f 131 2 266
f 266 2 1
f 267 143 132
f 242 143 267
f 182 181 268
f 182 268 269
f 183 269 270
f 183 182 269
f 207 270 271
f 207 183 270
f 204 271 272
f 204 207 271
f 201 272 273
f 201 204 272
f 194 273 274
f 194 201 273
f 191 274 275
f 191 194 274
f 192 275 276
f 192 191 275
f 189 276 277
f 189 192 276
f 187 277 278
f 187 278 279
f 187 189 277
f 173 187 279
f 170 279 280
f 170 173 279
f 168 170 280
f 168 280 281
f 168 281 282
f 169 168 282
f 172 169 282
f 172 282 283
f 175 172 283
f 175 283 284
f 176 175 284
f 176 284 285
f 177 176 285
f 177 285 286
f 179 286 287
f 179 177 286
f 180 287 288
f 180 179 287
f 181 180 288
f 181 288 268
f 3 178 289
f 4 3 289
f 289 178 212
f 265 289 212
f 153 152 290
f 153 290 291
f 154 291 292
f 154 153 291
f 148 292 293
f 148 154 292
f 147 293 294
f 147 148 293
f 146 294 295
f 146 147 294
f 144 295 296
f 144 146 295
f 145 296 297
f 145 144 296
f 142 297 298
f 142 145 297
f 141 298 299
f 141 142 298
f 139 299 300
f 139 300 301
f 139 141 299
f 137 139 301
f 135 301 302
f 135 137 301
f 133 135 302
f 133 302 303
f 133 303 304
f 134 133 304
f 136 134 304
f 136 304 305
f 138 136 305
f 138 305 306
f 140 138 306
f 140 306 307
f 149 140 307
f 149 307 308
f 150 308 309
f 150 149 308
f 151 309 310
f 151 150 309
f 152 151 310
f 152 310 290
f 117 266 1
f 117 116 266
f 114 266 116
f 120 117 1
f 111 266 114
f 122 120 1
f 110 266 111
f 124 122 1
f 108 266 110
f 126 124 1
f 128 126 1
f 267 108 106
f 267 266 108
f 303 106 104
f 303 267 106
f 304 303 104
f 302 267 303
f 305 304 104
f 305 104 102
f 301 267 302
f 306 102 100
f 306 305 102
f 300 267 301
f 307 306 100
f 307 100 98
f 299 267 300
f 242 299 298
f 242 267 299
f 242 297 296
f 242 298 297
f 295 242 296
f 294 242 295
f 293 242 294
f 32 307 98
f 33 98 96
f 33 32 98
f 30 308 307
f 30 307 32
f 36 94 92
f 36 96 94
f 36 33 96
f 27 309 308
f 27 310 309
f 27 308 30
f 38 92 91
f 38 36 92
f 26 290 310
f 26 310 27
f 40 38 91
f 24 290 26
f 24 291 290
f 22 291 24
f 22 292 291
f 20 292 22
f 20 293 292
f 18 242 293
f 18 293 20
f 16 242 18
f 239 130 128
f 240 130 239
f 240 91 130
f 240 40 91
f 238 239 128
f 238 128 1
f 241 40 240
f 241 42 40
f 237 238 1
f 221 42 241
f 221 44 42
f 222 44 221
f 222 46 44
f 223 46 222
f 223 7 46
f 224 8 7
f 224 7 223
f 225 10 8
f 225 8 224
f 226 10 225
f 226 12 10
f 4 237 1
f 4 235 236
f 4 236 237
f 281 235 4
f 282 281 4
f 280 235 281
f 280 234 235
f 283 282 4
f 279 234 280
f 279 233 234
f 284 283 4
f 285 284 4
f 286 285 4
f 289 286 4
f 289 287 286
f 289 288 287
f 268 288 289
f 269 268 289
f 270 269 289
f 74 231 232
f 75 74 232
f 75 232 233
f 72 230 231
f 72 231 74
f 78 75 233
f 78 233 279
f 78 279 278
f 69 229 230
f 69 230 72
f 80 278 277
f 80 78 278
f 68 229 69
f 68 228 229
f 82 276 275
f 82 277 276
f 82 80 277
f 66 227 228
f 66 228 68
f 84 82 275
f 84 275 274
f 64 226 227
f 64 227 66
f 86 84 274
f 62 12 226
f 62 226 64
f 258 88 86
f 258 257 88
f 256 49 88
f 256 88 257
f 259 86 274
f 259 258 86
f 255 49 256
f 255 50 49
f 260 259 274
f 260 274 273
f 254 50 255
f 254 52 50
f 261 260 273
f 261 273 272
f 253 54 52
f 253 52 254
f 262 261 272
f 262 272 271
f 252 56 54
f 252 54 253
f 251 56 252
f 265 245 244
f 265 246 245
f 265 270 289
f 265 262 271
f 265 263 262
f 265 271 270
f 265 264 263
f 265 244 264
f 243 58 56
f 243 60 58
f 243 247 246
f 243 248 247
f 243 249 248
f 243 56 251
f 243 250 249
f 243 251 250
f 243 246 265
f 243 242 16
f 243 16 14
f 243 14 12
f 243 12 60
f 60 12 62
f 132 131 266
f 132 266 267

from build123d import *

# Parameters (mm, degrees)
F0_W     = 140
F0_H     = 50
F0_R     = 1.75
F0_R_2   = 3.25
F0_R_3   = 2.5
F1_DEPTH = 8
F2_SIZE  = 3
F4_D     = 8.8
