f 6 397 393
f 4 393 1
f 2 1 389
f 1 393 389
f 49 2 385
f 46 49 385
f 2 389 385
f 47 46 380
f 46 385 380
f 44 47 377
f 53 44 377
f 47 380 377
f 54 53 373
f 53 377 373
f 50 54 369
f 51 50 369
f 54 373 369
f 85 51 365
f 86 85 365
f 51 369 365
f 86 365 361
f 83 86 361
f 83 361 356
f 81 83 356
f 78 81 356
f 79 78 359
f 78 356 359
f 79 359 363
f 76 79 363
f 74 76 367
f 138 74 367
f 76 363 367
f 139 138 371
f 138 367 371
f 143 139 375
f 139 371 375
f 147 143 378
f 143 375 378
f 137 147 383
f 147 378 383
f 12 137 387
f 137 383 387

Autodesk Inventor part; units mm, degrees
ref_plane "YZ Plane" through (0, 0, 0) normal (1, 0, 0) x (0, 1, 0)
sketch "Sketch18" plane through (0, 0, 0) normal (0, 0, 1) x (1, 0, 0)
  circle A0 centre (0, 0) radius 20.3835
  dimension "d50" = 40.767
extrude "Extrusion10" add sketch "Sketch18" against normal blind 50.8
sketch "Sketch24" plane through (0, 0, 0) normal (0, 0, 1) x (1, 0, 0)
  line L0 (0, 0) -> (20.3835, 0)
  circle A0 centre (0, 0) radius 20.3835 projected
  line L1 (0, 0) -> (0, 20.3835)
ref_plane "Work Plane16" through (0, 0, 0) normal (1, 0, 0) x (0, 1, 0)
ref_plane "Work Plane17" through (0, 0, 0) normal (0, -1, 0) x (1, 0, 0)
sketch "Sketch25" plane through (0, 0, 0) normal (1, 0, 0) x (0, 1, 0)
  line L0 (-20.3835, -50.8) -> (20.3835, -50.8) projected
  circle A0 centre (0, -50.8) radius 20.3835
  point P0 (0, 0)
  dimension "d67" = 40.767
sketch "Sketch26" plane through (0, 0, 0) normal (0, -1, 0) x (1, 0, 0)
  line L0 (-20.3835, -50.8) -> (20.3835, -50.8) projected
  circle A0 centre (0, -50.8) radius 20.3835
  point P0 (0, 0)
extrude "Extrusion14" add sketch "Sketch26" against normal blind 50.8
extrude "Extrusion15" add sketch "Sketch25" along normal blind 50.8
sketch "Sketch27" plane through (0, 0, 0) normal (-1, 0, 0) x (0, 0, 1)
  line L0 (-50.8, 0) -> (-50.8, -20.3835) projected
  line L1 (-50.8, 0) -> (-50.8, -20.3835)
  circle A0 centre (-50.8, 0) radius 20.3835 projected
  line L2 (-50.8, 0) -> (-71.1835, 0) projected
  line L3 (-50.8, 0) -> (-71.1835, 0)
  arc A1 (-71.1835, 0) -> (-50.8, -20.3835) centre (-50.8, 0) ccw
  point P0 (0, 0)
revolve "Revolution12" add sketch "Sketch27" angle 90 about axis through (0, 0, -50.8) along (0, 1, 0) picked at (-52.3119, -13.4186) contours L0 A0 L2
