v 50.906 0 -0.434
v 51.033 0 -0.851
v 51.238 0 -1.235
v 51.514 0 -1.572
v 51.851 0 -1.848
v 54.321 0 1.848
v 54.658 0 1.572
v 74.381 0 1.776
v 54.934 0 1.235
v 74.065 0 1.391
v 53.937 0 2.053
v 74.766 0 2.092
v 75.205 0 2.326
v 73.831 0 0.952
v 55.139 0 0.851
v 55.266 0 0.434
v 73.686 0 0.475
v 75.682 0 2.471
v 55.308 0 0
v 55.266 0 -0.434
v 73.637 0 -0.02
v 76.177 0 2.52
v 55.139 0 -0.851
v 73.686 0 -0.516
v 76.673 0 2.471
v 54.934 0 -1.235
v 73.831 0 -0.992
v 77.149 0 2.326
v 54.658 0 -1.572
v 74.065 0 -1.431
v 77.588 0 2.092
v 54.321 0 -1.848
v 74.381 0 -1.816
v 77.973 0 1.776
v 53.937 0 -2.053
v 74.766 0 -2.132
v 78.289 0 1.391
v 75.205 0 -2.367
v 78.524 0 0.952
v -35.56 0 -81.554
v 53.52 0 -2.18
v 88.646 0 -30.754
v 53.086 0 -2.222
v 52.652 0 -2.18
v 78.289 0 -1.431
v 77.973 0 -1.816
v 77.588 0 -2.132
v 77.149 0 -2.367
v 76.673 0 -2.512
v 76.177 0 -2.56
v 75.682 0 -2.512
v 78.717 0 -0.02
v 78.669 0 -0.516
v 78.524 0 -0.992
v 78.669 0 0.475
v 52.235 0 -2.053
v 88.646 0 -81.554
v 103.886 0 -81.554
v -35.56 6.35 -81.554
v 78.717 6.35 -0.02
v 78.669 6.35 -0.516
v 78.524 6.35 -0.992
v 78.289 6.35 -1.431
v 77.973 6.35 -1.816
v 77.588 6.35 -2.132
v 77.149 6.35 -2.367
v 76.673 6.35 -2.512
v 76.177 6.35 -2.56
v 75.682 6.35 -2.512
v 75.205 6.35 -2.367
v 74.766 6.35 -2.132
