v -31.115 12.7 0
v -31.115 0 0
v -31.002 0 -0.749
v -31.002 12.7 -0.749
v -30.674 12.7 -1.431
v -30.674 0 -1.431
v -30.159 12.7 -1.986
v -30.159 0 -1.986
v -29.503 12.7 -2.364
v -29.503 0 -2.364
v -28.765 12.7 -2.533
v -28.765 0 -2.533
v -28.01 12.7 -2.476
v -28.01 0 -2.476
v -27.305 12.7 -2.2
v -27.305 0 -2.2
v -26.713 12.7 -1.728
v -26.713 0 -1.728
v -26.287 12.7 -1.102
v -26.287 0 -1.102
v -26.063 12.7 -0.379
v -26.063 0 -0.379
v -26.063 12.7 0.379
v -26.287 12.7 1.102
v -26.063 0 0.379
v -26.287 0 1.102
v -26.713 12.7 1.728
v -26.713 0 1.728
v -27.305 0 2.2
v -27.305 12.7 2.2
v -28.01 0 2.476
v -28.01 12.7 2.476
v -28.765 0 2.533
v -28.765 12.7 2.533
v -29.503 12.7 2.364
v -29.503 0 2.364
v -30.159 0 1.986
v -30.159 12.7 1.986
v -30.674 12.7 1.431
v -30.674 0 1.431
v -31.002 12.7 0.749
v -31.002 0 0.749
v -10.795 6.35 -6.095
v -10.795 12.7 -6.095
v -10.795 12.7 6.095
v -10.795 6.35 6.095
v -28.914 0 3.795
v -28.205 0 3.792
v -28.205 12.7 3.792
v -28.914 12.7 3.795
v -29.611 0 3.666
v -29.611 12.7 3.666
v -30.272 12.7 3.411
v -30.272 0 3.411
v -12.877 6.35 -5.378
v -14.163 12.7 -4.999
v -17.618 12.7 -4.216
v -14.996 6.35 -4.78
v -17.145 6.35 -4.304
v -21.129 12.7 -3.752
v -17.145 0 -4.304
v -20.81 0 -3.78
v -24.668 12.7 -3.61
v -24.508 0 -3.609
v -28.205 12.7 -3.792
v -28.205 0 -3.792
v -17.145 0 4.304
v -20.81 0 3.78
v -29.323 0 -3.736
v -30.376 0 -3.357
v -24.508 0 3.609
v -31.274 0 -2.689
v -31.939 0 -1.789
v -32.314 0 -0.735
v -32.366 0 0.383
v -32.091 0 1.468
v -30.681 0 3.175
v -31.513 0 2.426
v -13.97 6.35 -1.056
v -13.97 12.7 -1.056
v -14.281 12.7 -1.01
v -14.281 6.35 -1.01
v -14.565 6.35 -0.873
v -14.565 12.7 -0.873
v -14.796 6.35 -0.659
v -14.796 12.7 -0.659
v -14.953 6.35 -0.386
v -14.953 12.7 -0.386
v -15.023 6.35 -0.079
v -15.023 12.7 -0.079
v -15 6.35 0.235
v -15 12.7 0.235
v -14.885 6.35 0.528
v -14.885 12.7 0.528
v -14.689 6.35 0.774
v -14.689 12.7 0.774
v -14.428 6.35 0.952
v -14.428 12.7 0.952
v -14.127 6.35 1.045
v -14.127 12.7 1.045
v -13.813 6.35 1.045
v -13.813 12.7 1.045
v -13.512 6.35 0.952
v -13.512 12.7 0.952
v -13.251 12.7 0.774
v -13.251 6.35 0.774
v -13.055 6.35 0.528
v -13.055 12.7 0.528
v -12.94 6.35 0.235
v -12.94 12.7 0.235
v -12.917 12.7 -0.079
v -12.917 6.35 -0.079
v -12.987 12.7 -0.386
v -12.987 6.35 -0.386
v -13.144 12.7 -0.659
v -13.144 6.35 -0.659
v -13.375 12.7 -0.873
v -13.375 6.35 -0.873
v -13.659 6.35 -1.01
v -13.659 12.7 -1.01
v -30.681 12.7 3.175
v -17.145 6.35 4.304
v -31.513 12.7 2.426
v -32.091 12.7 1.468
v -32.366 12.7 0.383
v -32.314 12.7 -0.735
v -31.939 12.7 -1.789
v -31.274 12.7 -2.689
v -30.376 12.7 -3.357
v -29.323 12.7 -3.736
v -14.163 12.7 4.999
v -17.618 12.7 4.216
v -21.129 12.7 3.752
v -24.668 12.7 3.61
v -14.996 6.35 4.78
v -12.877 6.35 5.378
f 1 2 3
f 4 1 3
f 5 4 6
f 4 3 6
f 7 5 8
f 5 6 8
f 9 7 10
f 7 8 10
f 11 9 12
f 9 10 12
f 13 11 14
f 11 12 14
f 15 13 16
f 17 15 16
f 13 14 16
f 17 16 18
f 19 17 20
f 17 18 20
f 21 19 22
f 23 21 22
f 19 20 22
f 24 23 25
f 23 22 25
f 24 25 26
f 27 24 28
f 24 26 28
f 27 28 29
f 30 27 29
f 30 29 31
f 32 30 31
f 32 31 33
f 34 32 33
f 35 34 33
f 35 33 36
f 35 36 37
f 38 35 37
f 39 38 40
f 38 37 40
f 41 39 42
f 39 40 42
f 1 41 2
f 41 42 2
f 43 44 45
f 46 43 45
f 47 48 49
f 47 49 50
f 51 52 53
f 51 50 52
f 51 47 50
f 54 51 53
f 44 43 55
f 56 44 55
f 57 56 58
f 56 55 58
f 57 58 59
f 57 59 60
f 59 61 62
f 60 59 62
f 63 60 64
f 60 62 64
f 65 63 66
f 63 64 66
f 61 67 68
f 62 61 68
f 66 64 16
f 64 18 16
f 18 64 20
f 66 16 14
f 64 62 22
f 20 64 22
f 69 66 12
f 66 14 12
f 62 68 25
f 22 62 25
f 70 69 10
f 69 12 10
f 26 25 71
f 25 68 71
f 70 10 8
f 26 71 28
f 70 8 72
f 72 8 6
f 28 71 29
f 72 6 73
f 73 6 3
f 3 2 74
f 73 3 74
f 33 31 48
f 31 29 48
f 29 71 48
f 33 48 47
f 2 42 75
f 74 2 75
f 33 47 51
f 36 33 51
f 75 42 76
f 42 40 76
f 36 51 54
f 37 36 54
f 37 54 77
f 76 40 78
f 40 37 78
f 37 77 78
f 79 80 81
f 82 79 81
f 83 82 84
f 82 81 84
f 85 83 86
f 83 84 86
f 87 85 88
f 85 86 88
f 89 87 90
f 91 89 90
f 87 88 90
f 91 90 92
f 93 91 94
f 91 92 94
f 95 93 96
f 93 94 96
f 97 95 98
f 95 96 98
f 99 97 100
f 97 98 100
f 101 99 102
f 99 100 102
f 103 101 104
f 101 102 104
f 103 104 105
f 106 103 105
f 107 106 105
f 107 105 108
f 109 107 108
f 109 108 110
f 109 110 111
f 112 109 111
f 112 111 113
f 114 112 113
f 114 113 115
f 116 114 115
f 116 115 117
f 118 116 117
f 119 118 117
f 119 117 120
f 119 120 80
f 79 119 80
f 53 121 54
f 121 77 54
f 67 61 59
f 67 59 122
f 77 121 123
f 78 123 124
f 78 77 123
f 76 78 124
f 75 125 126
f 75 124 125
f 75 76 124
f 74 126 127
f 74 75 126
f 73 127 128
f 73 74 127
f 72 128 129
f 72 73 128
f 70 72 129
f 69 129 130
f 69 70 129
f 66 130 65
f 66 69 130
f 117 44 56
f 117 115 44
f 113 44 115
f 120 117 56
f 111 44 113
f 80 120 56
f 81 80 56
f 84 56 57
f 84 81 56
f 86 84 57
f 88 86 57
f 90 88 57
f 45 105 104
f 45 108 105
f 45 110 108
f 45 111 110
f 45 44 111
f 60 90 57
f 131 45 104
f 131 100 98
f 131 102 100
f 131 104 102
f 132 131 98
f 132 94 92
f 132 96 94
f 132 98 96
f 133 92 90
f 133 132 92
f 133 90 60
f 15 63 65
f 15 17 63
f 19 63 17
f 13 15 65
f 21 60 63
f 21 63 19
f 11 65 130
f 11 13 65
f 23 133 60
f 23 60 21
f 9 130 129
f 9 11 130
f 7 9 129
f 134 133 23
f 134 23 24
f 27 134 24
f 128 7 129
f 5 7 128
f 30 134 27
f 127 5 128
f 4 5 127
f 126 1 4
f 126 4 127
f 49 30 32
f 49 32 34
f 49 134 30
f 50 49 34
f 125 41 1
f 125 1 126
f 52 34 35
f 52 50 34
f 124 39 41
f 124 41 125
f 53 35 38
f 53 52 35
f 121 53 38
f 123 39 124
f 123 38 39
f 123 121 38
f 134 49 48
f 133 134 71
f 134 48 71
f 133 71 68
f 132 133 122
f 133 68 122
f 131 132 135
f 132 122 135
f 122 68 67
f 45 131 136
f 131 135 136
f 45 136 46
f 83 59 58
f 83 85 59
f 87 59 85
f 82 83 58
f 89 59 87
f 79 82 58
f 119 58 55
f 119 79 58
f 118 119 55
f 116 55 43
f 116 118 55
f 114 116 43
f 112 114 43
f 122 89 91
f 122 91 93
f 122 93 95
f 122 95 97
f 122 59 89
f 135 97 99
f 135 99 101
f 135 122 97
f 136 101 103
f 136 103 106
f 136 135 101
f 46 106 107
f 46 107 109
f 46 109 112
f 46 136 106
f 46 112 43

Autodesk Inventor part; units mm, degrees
ref_plane "YZ Plane" through (0, 0, 0) normal (1, 0, 0) x (0, 1, 0)
ref_plane "XZ Plane" through (0, 0, 0) normal (0, 1, 0) x (-1, 0, 0)
ref_plane "XY Plane" through (0, 0, 0) normal (0, 0, 1) x (1, 0, 0)
sketch "Sketch1" plane through (0, 0, 0) normal (0, 1, 0) x (-1, 0, 0)
  line L0 (0, 0) -> (28.575, 0)
  line L1 (28.575, 0) -> (0, 0)
  line L2 (0, 0) -> (-14.2875, -24.7467)
  line L3 (0, 0) -> (28.575, 0) construction
  line L4 (0, 0) -> (-14.2875, 24.7467)
  line L5 (0, 0) -> (28.575, 0) construction
  circle A0 centre (28.575, 0) radius 2.54
  circle A1 centre (-14.2875, -24.7467) radius 2.54
  circle A2 centre (-14.2875, 24.7467) radius 2.54
  circle A3 centre (0, 0) radius 3.175
  circle A4 centre (0, 0) radius 6.35
  line L6 (-1.5875, -2.7496) -> (0, 0)
  line L7 (0, 0) -> (-6.35, 0)
  circle A5 centre (-14.2875, 24.7467) radius 3.81
  circle A6 centre (28.575, 0) radius 3.81
  circle A7 centre (-14.2875, -24.7467) radius 3.81
  line L8 (30.6811, 3.175) -> (-12.1814, 27.9217)
  line L9 (28.2054, -3.792) -> (-10.8187, -26.3226)
  line L10 (-18.0975, 24.7467) -> (-18.0975, -24.7467)
  line L11 (0, 0) -> (5.0525, -8.8146)
  line L12 (0, 0) -> (5.1463, 8.7602)
  line L13 (0, 0) -> (-10.16, 0)
  arc A8 (28.2054, -3.792) -> (-10.8187, -26.3226) centre (24.4473, -42.344) ccw
  arc A9 (-10.8187, 26.3226) -> (28.2054, 3.792) centre (24.4473, 42.344) ccw
  arc A10 (-17.3867, -22.5305) -> (-17.3867, 22.5305) centre (-48.8947, 0) ccw
  point P0 (5.1074, 8.7829)
  point P1 (-10.16, 0.0317)
  point P2 (30.2716, 3.4114)
  point P3 (28.2054, 3.792)
  point P4 (-10.8187, 26.3226)
  point P5 (-17.3867, 22.5305)
  point P6 (-17.3867, -22.5305)
  dimension "d9" = 6.35
  dimension "d41" = 12.7
  dimension "d0" = 28.575
  dimension "d1" = 28.575
  dimension "d2" = 120
  dimension "d3" = 28.575
  dimension "d4" = 120
  dimension "d5" = 5.08
  dimension "d6" = 5.08
  dimension "d7" = 5.08
  dimension "d42" = 7.62
  dimension "d43" = 7.62
  dimension "d44" = 7.62
  dimension "d47" = 10.16
  dimension "d48" = 10.16
  dimension "d49" = 10.16
  dimension "d52" = 360
extrude "Extrusion4" add sketch "Sketch1" along normal blind 12.7 contours A3 L12 A4 L0 | L0 A4 L11 A3 | A3 L11 A4 L2 | L2 A4 L7 A3 | A3 L7 A4 L4 | L4 A4 L12 A3 | A4 L12 A9 A6 L0 | L0 A6 A8 L11 A4 | A4 L11 A8 A7 L2 | L2 A7 A10 L13 A4 | A4 L13 A10 A5 L4 | L4 A5 A9 L12 A4 | A6 L8 | A7 | A5 picked at (31.8987, 0.5122)
sketch "Sketch21" plane through (0, 12.7, 0) normal (0, 1, 0) x (1, 0, 0)
  circle A0 centre (-28.575, 0) radius 2.54 projected
  arc A1 (-28.2054, 3.792) -> (10.8187, 26.3226) centre (-24.4473, 42.344) ccw projected
  arc A2 (10.8187, -26.3226) -> (-28.2054, -3.792) centre (-24.4473, -42.344) ccw projected
  arc A3 (-28.2054, 3.792) -> (10.8187, 26.3226) centre (-24.4473, 42.344) ccw projected
  arc A4 (-28.2054, 3.792) -> (-30.6811, -3.175) centre (-28.575, 0) ccw projected
  line L0 (-30.6811, -3.175) -> (-30.2716, -3.4114) projected
  arc A5 (-30.2716, -3.4114) -> (-28.2054, -3.792) centre (-28.575, 0) ccw projected
  arc A6 (10.8187, -26.3226) -> (-28.2054, -3.792) centre (-24.4473, -42.344) ccw projected
  arc A7 (10.8187, -26.3226) -> (17.3867, -22.5305) centre (14.2875, -24.7467) ccw projected
  arc A8 (17.3867, 22.5305) -> (17.3867, -22.5305) centre (48.8947, 0) ccw projected
  arc A9 (17.3867, 22.5305) -> (10.8187, 26.3226) centre (14.2875, 24.7467) ccw projected
  circle A10 centre (-28.575, 0) radius 2.54 projected
  circle A11 centre (0, 0) radius 3.175 projected
  circle A12 centre (14.2875, -24.7467) radius 2.54 projected
  circle A13 centre (14.2875, 24.7467) radius 2.54 projected
  line L1 (0, 0) -> (-13.6784, 0)
  line L2 (-13.6784, 0) -> (-28.575, 0)
  line L3 (0, 0) -> (-10.795, 0)
  line L4 (-10.795, 0) -> (-10.795, 6.095)
  arc A14 (-28.2054, 3.792) -> (10.8187, 26.3226) centre (-24.4473, 42.344) ccw projected
  line L5 (-10.795, 0) -> (-10.795, -6.095)
  point P0 (10.8187, -26.3226)
  point P1 (10.8187, 26.3226)
  dimension "d107" = 10.795
sketch "Sketch22" plane through (0, 0, 0) normal (0, -1, 0) x (1, 0, 0)
  line L0 (0, 0) -> (-17.145, 0)
  line L1 (-17.145, 0) -> (-17.145, -4.3038)
  arc A0 (10.8187, -26.3226) -> (-28.2054, -3.792) centre (-24.4473, -42.344) ccw projected
  line L2 (-17.145, 0) -> (-17.145, 4.3038)
  arc A1 (-28.2054, 3.792) -> (10.8187, 26.3226) centre (-24.4473, 42.344) ccw projected
  arc A2 (10.8187, -26.3226) -> (-28.2054, -3.792) centre (-24.4473, -42.344) ccw projected
  arc A3 (10.8187, -26.3226) -> (17.3867, -22.5305) centre (14.2875, -24.7467) ccw projected
  arc A4 (17.3867, 22.5305) -> (17.3867, -22.5305) centre (48.8947, 0) ccw projected
  arc A5 (17.3867, 22.5305) -> (10.8187, 26.3226) centre (14.2875, 24.7467) ccw projected
  arc A6 (-28.2054, 3.792) -> (10.8187, 26.3226) centre (-24.4473, 42.344) ccw projected
  arc A7 (-28.2054, 3.792) -> (-30.2716, 3.4114) centre (-28.575, 0) ccw projected
  line L3 (-30.6811, 3.175) -> (-30.2716, 3.4114) projected
  arc A8 (-30.6811, 3.175) -> (-28.2054, -3.792) centre (-28.575, 0) ccw projected
  circle A9 centre (-28.575, 0) radius 2.54 projected
  circle A10 centre (0, 0) radius 3.175 projected
  circle A11 centre (14.2875, 24.7467) radius 2.54 projected
  circle A12 centre (14.2875, -24.7467) radius 2.54 projected
  point P0 (10.8187, -26.3226)
  point P1 (10.8187, 26.3226)
  dimension "d108" = 17.145
extrude "Extrusion10" cut sketch "Sketch22" against normal blind 6.35 contours L2 A1 A5 A4 A3 A0 L1
extrude "Extrusion11" cut sketch "Sketch21" against normal blind 6.35 contours A1 A9 A8 A7 A2 L5 L4
sketch "Sketch23" plane through (0, 12.7, 0) normal (0, 1, 0) x (1, 0, 0)
  point P0 (0, 0)
sketch "Sketch24" plane through (0, 6.35, 0) normal (0, -1, 0) x (1, 0, 0)
  line L0 (-17.145, -4.3038) -> (-17.145, 4.3038) projected
  line L1 (-17.145, 0) -> (-10.795, 0)
  line L2 (-10.795, -6.095) -> (-10.795, 6.095) projected
  line L3 (-13.97, 0) -> (-13.97, 5.0532)
  arc A0 (-17.145, 4.3038) -> (-10.795, 6.095) centre (-24.4473, 42.344) ccw projected
  line L4 (-13.97, 0) -> (-13.97, -5.0532)
  arc A1 (-10.795, -6.095) -> (-17.145, -4.3038) centre (-24.4473, -42.344) ccw projected
  point P0 (0, 0)
hole "Hole8" at (-13.97, 6.35, 0) direction (0, 1, 0) diameter 2.1129 depth 7.7978 thread size "M2.6x0.45" class "6H" standard "ISO Metric profile"
properties part number "stability copy2"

## TASK STATEMENT
The line containing "f 152 151 310" marks the end: copy exactly every line from the top of the data above down to it, that line included.

## WRITTEN SOLUTION
f 131 2 266
f 266 2 1
f 267 143 132
f 242 143 267
f 182 181 268
f 182 268 269
f 183 269 270
f 183 182 269
f 207 270 271
f 207 183 270
f 204 271 272
f 204 207 271
f 201 272 273
f 201 204 272
f 194 273 274
f 194 201 273
f 191 274 275
f 191 194 274
f 192 275 276
f 192 191 275
f 189 276 277
f 189 192 276
f 187 277 278
f 187 278 279
f 187 189 277
f 173 187 279
f 170 279 280
f 170 173 279
f 168 170 280
f 168 280 281
f 168 281 282
f 169 168 282
f 172 169 282
f 172 282 283
f 175 172 283
f 175 283 284
f 176 175 284
f 176 284 285
f 177 176 285
f 177 285 286
f 179 286 287
f 179 177 286
f 180 287 288
f 180 179 287
f 181 180 288
f 181 288 268
f 3 178 289
f 4 3 289
f 289 178 212
f 265 289 212
f 153 152 290
f 153 290 291
f 154 291 292
f 154 153 291
f 148 292 293
f 148 154 292
f 147 293 294
f 147 148 293
f 146 294 295
f 146 147 294
f 144 295 296
f 144 146 295
f 145 296 297
f 145 144 296
f 142 297 298
f 142 145 297
f 141 298 299
f 141 142 298
f 139 299 300
f 139 300 301
f 139 141 299
f 137 139 301
f 135 301 302
f 135 137 301
f 133 135 302
f 133 302 303
f 133 303 304
f 134 133 304
f 136 134 304
f 136 304 305
f 138 136 305
f 138 305 306
f 140 138 306
f 140 306 307
f 149 140 307
f 149 307 308
f 150 308 309
f 150 149 308
f 151 309 310
f 151 150 309
f 152 151 310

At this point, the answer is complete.